Masked Frequency Modeling for Self-Supervised Visual Pre-Training

TL;DR

This paper introduces Masked Frequency Modeling (MFM), a novel self-supervised pre-training method that masks and predicts frequency components of images, leading to improved visual representations without extra data or model complexity.

Contribution

MFM is the first to apply frequency domain masking for self-supervised visual pre-training, demonstrating its effectiveness across various models and tasks.

Findings

MFM achieves competitive image classification and segmentation results.

MFM enhances robustness against various image corruptions.

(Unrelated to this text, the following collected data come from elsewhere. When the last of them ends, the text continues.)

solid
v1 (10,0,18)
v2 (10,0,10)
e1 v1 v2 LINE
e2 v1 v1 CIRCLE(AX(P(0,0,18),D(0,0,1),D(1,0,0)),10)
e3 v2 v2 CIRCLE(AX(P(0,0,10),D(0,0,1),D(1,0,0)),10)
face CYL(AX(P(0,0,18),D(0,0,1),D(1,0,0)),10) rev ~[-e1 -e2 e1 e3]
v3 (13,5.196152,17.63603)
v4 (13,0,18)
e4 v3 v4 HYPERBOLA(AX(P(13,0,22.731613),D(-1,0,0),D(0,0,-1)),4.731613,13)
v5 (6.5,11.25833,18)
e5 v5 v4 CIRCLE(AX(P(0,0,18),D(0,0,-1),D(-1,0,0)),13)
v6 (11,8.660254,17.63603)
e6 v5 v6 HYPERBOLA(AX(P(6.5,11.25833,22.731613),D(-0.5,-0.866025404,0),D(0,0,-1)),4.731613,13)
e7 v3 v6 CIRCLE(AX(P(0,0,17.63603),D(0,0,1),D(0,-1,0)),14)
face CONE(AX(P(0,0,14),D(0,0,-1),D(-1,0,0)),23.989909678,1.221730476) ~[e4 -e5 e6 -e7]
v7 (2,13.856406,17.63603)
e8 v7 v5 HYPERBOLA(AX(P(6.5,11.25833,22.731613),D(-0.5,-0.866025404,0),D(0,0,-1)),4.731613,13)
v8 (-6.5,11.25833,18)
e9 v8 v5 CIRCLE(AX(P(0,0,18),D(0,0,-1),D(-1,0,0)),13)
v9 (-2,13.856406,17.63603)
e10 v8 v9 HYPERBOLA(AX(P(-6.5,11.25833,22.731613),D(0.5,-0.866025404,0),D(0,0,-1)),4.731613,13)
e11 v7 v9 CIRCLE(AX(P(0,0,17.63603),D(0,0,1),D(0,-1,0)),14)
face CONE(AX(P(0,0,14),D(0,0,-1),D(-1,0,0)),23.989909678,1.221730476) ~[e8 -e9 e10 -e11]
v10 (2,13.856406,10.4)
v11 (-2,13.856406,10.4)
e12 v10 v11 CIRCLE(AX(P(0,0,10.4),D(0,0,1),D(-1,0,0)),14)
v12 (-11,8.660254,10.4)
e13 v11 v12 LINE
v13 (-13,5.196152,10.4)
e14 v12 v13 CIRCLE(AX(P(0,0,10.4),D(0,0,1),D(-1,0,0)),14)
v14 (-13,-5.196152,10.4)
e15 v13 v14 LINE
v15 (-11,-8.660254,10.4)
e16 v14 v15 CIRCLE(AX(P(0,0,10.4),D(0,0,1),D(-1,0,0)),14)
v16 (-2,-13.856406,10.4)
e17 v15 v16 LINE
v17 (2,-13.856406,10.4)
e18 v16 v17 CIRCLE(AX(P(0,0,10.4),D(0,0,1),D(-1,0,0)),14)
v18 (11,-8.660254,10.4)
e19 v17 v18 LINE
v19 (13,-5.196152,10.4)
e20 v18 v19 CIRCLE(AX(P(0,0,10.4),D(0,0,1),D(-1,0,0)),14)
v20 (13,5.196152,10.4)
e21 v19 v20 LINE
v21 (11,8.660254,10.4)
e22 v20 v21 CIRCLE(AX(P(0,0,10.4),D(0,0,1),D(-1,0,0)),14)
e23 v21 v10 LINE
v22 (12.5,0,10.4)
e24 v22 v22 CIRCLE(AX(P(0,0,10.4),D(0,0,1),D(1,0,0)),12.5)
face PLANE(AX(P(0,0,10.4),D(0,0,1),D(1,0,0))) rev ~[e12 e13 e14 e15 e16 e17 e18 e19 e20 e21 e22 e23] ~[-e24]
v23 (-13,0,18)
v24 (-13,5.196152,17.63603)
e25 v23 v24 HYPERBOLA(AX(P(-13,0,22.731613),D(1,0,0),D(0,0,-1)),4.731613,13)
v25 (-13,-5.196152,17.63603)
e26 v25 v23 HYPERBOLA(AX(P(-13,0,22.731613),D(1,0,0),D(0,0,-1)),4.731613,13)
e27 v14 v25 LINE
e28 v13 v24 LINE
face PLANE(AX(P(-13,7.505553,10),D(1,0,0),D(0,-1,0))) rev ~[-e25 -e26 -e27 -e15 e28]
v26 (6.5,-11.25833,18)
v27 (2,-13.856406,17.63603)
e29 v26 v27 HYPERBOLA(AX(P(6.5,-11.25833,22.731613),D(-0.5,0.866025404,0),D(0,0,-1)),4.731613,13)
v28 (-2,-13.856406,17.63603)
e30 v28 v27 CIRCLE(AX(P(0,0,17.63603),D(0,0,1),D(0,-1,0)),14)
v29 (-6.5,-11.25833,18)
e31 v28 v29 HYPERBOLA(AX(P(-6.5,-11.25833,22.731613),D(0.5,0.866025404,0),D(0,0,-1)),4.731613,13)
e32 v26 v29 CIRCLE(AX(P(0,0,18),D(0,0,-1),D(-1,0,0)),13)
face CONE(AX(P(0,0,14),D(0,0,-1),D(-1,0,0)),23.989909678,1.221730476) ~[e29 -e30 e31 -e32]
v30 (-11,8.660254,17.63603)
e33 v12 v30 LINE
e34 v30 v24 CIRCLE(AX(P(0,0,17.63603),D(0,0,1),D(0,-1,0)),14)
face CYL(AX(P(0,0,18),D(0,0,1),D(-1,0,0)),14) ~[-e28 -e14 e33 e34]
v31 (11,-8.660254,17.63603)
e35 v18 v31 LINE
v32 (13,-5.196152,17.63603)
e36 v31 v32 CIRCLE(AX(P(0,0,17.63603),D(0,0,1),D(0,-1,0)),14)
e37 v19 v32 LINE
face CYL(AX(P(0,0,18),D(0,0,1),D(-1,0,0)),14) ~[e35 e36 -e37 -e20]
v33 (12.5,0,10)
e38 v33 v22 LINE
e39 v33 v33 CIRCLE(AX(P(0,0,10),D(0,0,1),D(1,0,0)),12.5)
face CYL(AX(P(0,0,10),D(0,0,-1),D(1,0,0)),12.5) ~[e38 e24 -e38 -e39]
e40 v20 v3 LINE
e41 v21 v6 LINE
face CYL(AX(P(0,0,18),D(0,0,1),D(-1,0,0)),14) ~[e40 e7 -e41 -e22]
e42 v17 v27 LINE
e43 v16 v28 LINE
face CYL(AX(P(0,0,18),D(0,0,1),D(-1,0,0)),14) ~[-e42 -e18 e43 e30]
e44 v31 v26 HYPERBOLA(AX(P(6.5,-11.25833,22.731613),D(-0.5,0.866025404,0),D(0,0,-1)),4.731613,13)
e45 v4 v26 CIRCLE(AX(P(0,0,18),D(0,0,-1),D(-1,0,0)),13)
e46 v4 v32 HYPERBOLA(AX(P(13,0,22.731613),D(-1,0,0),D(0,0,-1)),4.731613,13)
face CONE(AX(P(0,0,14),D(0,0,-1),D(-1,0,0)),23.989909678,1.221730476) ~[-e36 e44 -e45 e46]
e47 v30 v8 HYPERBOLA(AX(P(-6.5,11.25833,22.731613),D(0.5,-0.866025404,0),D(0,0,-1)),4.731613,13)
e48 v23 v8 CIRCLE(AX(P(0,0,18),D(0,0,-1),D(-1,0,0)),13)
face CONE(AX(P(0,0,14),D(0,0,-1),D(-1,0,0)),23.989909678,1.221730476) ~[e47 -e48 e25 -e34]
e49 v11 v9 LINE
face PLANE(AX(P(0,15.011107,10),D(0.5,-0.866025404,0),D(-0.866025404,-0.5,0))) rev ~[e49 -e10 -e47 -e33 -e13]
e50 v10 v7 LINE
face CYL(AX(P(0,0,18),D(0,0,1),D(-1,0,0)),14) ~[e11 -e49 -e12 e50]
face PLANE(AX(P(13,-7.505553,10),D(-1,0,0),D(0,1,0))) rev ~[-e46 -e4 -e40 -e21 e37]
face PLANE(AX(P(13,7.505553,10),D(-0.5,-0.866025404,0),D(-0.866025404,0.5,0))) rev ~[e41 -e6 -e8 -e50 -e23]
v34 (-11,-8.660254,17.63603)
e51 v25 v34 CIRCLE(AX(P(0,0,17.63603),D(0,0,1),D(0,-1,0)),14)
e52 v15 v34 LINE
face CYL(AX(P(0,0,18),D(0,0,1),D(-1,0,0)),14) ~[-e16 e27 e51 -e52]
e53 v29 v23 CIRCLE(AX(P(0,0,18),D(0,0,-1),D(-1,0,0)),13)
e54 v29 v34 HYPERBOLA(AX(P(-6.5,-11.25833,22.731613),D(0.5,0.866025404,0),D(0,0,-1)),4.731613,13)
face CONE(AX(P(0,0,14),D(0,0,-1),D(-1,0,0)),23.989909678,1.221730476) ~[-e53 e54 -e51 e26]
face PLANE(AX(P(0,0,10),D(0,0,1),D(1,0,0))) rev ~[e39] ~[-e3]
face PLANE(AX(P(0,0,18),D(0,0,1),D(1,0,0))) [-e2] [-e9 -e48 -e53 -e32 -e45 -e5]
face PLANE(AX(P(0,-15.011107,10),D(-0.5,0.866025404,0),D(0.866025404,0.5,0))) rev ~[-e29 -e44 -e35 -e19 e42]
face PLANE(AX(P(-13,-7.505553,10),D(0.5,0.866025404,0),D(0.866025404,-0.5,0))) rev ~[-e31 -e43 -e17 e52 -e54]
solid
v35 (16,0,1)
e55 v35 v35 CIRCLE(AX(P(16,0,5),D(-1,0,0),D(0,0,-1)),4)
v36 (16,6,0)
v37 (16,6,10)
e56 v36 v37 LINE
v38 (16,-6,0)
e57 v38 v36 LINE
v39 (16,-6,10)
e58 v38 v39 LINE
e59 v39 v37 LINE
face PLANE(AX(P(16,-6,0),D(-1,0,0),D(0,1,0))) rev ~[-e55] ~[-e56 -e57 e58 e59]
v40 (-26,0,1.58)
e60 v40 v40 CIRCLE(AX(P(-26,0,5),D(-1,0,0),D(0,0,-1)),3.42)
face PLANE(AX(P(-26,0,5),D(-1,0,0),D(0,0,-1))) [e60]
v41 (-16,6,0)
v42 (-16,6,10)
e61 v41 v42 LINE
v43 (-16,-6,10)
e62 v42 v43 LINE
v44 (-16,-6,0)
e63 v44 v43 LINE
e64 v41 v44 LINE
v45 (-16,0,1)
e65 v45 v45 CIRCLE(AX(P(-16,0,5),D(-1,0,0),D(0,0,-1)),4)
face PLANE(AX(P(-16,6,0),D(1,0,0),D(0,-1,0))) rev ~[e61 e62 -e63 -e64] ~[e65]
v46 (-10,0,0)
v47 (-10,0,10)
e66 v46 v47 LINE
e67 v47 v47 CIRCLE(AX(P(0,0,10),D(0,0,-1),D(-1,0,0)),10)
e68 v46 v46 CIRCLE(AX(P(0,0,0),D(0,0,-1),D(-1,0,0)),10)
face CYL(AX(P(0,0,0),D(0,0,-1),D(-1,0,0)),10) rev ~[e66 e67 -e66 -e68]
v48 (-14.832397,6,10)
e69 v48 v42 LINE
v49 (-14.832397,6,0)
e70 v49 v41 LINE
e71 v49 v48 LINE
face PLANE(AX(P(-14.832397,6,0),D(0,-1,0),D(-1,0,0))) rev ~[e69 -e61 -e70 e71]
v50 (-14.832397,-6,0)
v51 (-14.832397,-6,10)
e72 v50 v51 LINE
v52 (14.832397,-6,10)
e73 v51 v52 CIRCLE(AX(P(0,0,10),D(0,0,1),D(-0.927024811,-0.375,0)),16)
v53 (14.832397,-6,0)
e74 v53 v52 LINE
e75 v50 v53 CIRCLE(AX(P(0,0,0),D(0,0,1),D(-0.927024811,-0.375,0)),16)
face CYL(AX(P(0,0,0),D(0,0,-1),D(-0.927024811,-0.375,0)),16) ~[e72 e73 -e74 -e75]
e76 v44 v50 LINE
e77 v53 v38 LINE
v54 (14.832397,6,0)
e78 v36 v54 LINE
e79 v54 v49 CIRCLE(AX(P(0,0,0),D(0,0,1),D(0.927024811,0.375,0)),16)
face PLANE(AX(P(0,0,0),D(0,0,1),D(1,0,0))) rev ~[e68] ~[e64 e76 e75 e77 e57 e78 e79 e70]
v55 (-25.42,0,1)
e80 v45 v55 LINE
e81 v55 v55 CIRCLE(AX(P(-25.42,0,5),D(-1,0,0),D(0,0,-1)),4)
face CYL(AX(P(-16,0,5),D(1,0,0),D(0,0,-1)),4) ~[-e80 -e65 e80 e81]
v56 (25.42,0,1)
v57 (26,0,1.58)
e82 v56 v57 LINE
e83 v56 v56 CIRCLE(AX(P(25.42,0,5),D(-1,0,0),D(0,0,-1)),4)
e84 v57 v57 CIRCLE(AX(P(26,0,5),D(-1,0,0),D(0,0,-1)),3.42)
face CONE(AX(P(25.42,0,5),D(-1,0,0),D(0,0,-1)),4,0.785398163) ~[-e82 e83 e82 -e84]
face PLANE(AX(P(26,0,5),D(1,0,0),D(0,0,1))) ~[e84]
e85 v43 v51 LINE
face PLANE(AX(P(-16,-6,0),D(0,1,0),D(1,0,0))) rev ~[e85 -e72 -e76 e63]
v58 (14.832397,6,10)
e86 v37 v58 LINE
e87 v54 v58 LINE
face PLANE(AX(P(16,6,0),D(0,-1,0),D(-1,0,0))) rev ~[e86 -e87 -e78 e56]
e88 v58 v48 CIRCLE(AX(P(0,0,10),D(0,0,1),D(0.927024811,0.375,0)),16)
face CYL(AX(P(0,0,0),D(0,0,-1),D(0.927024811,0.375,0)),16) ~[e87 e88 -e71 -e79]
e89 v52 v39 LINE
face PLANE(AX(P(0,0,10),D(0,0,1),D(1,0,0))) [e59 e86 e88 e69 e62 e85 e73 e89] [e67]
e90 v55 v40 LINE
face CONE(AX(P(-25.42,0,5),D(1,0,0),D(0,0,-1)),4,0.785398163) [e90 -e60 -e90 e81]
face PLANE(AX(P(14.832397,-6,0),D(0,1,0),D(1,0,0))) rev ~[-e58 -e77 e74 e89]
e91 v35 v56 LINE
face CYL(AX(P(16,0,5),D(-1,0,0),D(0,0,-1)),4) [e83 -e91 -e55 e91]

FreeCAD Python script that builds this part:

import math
import FreeCAD as App
import Part
import Sketcher
from FreeCAD import Vector
Q = App.Units.Quantity


def edges_at(feature, points):
    """Names of the edges that pass closest to the given points."""
    edges = feature.Shape.Edges
    near = lambda p: min(range(len(edges)), key=lambda i: edges[i].distToShape(Part.Vertex(*p))[0])
    return sorted({f"Edge{near(p) + 1}" for p in points})


def add_polygon(sketch, points):
    """Adds a closed chain of lines whose ends are joined by coincident constraints."""
    first, n = sketch.GeometryCount, len(points)
    for a, b in zip(points, points[1:] + points[:1]):
        sketch.addGeometry(Part.LineSegment(App.Vector(*a, 0), App.Vector(*b, 0)), False)
    for i in range(n):
        sketch.addConstraint(Sketcher.Constraint("Coincident", first + i, 2, first + (i + 1) % n, 1))

doc = App.newDocument("Part")
params = doc.addObject("Spreadsheet::Sheet", "Params")
for row, (alias, value) in enumerate([
    ("sketch1_radius", "16 mm"),
    ("sketch1_height", "12 mm"),
    ("pad1_length", "10 mm"),
    ("sketch2_diameter", "8 mm"),
    ("pad2_length", "10 mm"),
    ("sketch3_diameter", "20 mm"),
    ("chamfer_size", "0.58 mm"),
    ("pad3_length", "8 mm"),
    ("sketch5_height", "4 mm"),
    ("groove_angle", "360 deg"),
    ("sketch6_diameter", "25 mm"),
    ("pocket2_length", "0.4 mm"),
    ("sketch7_diameter", "28 mm"),
    ("pocket3_length", "8 mm"),
    ("sketch8_diameter", "20 mm"),
], start=1):
    params.set(f"A{row}", alias)
    params.set(f"B{row}", "=" + value)
    params.setAlias(f"B{row}", alias)

body = doc.addObject("PartDesign::Body", "Body")

sketch1 = body.newObject("Sketcher::SketchObject", "Sketch")
sketch1.AttachmentSupport = (doc.getObject("XY_Plane"), [""])
sketch1.MapMode = "FlatFace"
sketch1.addGeometry(Part.LineSegment(Vector(-16, 6, 0), Vector(-16, -6, 0)), False)
sketch1.addGeometry(Part.LineSegment(Vector(-16, -6, 0), Vector(-14.8, -6, 0)), False)
sketch1.addGeometry(Part.ArcOfCircle(Part.Circle(Vector(0, 0, 0), Vector(0, 0, 1), 16), math.radians(-158), math.radians(-22)), False)
sketch1.addGeometry(Part.LineSegment(Vector(14.8, -6, 0), Vector(16, -6, 0)), False)
sketch1.addGeometry(Part.LineSegment(Vector(16, -6, 0), Vector(16, 6, 0)), False)
sketch1.addGeometry(Part.LineSegment(Vector(16, 6, 0), Vector(14.8, 6, 0)), False)
sketch1.addGeometry(Part.ArcOfCircle(Part.Circle(Vector(0, 0, 0), Vector(0, 0, 1), 16), math.radians(22), math.radians(158)), False)
sketch1.addGeometry(Part.LineSegment(Vector(-14.8, 6, 0), Vector(-16, 6, 0)), False)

Frequency-based masking reveals underlying image patterns more effectively.

Abstract

We present Masked Frequency Modeling (MFM), a unified frequency-domain-based approach for self-supervised pre-training of visual models. Instead of randomly inserting mask tokens to the input embeddings in the spatial domain, in this paper, we shift the perspective to the frequency domain. Specifically, MFM first masks out a portion of frequency components of the input image and then predicts the missing frequencies on the frequency spectrum. Our key insight is that predicting masked components in the frequency domain is more ideal to reveal underlying image patterns rather than predicting masked patches in the spatial domain, due to the heavy spatial redundancy. Our findings suggest that with the right configuration of mask-and-predict strategy, both the structural information within high-frequency components and the low-level statistics among low-frequency counterparts are useful in learning good representations. For the first time, MFM demonstrates that, for both ViT and CNN, a simple non-Siamese framework can learn meaningful representations even using none of the following: (i) extra data, (ii) extra model, (iii) mask token. Experimental results on image classification and semantic segmentation, as well as several robustness benchmarks show the competitive performance and advanced robustness of MFM compared with recent masked image modeling approaches. Furthermore, we also comprehensively investigate the effectiveness of classical image restoration tasks for representation learning from a unified frequency perspective and reveal their intriguing relations with our MFM approach.